(Dataset entries)
┌──

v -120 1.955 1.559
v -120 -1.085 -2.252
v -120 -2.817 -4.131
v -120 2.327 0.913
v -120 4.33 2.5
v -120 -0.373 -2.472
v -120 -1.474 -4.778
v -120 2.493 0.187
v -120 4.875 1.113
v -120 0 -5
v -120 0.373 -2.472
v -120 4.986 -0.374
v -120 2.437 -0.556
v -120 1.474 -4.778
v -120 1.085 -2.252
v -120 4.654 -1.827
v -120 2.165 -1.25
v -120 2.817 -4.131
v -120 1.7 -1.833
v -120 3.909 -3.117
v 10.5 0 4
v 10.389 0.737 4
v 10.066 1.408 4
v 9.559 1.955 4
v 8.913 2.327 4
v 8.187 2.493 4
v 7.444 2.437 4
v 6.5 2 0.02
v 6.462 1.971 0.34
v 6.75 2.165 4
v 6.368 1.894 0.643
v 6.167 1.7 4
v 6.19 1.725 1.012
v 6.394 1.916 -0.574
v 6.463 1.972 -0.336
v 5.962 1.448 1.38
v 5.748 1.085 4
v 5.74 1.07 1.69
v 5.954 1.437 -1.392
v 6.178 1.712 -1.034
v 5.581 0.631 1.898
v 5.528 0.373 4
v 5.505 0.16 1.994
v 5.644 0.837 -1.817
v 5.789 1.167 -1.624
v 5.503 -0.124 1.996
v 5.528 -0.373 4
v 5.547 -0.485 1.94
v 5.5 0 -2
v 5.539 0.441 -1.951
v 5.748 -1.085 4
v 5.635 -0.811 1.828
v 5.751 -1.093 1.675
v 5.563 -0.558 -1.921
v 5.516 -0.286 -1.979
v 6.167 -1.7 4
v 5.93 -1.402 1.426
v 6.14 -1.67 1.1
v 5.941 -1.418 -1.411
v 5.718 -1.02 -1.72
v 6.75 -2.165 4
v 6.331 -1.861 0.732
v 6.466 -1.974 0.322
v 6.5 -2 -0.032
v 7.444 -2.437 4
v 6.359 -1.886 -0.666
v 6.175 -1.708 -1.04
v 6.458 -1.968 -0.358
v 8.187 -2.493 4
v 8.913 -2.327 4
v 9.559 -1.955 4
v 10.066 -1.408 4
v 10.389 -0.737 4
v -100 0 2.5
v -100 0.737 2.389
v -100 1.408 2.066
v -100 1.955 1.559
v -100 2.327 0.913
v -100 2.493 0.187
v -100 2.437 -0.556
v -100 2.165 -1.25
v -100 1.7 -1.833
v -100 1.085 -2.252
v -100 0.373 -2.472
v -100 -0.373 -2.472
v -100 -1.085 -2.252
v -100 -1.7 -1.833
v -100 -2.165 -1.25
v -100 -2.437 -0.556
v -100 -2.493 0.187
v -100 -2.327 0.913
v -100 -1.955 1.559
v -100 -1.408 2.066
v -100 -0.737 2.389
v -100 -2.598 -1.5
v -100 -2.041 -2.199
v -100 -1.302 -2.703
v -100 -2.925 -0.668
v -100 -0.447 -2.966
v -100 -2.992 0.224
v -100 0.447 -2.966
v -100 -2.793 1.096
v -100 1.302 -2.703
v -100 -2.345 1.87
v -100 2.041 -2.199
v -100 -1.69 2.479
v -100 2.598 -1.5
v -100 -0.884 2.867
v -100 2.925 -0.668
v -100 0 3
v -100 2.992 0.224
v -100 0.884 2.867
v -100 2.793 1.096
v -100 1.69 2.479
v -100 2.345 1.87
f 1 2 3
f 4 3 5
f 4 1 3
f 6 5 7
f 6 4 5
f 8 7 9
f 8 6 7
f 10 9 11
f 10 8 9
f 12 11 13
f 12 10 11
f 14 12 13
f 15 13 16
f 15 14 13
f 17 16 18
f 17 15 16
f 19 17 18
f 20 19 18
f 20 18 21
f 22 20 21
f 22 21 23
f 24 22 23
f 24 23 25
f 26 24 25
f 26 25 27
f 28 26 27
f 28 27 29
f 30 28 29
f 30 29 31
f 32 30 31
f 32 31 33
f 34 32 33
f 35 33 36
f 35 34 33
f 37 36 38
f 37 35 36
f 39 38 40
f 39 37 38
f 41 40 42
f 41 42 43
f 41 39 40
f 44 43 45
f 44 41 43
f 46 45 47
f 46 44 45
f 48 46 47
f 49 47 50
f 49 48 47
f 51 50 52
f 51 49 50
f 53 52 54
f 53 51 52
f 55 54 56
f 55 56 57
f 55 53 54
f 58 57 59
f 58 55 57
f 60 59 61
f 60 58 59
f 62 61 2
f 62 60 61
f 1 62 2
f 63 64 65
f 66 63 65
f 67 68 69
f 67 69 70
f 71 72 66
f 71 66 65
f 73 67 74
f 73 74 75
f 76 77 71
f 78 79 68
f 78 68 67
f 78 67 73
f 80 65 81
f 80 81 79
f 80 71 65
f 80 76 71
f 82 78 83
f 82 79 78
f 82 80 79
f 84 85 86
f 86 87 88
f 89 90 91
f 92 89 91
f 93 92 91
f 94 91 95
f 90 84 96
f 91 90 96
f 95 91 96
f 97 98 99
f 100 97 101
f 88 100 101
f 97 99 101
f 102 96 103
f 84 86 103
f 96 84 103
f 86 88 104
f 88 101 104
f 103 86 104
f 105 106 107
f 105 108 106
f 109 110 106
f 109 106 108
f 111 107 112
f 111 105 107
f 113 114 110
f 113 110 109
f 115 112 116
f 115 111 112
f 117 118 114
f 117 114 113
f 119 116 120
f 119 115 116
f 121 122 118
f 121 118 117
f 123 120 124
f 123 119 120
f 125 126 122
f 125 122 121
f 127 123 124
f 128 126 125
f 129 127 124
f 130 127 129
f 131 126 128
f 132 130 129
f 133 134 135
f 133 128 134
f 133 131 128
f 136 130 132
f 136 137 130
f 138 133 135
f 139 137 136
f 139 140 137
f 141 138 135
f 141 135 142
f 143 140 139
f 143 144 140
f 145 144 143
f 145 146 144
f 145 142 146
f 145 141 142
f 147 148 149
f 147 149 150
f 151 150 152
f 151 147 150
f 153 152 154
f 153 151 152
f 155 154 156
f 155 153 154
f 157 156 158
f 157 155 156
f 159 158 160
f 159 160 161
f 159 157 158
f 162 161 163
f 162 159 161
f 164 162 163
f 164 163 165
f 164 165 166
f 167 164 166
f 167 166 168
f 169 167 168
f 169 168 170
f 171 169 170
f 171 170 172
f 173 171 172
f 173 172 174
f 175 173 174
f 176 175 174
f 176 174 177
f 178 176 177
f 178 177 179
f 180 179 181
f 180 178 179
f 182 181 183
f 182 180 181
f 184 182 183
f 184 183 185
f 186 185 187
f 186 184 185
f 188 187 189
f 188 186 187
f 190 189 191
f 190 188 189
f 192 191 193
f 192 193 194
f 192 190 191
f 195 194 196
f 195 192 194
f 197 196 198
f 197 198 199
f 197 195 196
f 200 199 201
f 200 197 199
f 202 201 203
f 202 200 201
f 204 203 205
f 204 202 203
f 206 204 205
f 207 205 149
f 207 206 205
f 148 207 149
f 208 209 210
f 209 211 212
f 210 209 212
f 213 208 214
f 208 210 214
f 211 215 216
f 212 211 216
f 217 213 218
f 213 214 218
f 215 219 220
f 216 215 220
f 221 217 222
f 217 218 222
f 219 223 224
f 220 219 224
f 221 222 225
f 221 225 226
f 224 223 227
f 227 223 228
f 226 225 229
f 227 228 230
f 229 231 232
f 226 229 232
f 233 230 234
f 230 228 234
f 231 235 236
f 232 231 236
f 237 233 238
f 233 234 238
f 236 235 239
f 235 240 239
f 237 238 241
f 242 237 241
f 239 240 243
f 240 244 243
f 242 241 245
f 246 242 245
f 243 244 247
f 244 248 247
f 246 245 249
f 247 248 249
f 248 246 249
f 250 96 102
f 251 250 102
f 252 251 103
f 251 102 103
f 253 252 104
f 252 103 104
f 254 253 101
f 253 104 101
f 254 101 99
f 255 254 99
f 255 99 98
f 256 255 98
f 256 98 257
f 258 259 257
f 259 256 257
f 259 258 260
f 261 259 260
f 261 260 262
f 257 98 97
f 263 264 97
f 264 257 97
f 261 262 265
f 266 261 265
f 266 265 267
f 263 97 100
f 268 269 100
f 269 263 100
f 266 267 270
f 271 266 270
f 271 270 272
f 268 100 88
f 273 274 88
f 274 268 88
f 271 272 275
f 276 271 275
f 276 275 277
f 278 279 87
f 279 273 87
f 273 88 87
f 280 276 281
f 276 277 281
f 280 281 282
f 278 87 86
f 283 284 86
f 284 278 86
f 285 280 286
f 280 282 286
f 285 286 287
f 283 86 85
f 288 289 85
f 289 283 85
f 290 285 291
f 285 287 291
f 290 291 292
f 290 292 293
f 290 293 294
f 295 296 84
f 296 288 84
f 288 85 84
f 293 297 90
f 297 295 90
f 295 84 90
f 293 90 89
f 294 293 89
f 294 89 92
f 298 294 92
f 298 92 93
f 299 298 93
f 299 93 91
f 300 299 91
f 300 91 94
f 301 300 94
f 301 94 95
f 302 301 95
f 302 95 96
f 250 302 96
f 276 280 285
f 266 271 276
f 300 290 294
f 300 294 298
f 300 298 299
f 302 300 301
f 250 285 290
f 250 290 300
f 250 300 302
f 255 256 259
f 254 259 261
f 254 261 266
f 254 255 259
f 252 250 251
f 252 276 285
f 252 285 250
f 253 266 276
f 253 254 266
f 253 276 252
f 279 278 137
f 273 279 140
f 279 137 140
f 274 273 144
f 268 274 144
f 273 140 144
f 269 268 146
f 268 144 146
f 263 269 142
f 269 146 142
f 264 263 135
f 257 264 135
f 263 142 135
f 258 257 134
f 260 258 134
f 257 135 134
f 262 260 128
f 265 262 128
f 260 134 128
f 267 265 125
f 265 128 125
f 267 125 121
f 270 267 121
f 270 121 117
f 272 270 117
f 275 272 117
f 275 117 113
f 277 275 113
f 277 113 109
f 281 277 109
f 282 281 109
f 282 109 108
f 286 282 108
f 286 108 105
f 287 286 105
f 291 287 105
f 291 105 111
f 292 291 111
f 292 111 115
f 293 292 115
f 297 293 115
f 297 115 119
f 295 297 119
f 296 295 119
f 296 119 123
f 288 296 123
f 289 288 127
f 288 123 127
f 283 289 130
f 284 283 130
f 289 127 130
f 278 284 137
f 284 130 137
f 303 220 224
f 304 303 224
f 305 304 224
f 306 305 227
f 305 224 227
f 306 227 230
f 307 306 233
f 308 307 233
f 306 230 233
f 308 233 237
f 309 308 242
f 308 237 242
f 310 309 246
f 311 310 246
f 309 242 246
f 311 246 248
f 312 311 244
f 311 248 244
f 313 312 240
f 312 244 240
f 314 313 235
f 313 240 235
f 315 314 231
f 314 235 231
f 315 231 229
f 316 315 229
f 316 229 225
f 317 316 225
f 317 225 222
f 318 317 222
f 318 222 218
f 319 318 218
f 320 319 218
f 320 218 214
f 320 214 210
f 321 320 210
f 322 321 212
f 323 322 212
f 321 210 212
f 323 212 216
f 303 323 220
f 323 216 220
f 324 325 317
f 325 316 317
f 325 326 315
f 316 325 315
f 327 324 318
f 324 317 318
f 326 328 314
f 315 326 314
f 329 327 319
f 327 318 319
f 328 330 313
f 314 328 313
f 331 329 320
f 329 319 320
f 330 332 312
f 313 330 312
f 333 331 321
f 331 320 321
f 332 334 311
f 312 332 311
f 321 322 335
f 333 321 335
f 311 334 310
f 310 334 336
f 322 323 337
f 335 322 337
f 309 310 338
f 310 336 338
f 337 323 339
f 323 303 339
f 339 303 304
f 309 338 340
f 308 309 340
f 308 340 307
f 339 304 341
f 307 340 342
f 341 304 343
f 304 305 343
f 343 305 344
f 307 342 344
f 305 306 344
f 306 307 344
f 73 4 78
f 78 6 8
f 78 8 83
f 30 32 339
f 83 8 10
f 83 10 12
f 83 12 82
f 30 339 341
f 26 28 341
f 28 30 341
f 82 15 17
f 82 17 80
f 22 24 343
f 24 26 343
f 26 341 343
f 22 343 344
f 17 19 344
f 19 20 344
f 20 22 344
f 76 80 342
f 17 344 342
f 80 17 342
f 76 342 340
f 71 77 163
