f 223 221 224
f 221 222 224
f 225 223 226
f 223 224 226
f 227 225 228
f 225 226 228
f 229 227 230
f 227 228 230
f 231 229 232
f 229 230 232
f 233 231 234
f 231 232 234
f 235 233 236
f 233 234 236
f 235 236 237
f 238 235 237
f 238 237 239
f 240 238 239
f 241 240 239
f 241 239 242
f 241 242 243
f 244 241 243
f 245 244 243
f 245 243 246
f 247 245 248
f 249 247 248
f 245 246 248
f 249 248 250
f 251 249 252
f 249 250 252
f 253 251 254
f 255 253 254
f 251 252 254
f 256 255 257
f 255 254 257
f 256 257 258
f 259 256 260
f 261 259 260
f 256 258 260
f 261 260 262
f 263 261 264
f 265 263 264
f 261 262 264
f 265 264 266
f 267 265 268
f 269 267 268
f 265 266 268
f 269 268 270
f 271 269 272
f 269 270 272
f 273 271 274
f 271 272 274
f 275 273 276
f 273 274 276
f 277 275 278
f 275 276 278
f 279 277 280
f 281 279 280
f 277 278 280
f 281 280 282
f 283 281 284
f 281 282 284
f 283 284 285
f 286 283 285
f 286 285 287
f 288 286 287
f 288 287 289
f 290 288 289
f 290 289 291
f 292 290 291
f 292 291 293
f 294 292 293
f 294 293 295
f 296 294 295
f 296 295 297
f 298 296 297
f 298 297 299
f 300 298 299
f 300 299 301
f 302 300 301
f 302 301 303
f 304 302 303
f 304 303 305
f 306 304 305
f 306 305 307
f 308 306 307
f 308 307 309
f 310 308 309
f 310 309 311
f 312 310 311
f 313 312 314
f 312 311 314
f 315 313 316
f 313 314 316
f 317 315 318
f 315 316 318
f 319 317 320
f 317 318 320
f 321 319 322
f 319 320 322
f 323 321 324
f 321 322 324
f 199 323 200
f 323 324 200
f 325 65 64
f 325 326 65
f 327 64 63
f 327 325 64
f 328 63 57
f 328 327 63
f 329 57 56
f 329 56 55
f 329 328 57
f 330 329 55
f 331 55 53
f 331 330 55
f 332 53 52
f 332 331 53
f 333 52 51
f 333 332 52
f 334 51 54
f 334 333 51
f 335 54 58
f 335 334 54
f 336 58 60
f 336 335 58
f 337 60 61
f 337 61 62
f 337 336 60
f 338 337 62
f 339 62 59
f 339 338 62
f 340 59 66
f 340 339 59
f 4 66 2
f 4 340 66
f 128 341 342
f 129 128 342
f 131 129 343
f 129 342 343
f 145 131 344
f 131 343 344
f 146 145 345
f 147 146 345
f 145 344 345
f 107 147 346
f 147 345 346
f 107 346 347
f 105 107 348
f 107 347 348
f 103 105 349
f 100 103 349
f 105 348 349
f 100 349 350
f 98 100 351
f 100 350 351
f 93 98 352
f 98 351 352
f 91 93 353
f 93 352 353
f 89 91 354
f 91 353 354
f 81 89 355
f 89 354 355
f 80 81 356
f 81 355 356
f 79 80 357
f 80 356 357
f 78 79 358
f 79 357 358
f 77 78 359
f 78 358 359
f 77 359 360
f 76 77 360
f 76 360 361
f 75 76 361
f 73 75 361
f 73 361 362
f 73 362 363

└──

• _EXERCISE DIRECTIONS_: Your task is to quote, without any alteration, the lines running from the top of the records to the line that holds "v -120 1.474 -4.778", both included.

• _RESPONSE TO THE EXERCISE_:
v -120 1.955 1.559
v -120 -1.085 -2.252
v -120 -2.817 -4.131
v -120 2.327 0.913
v -120 4.33 2.5
v -120 -0.373 -2.472
v -120 -1.474 -4.778
v -120 2.493 0.187
v -120 4.875 1.113
v -120 0 -5
v -120 0.373 -2.472
v -120 4.986 -0.374
v -120 2.437 -0.556
v -120 1.474 -4.778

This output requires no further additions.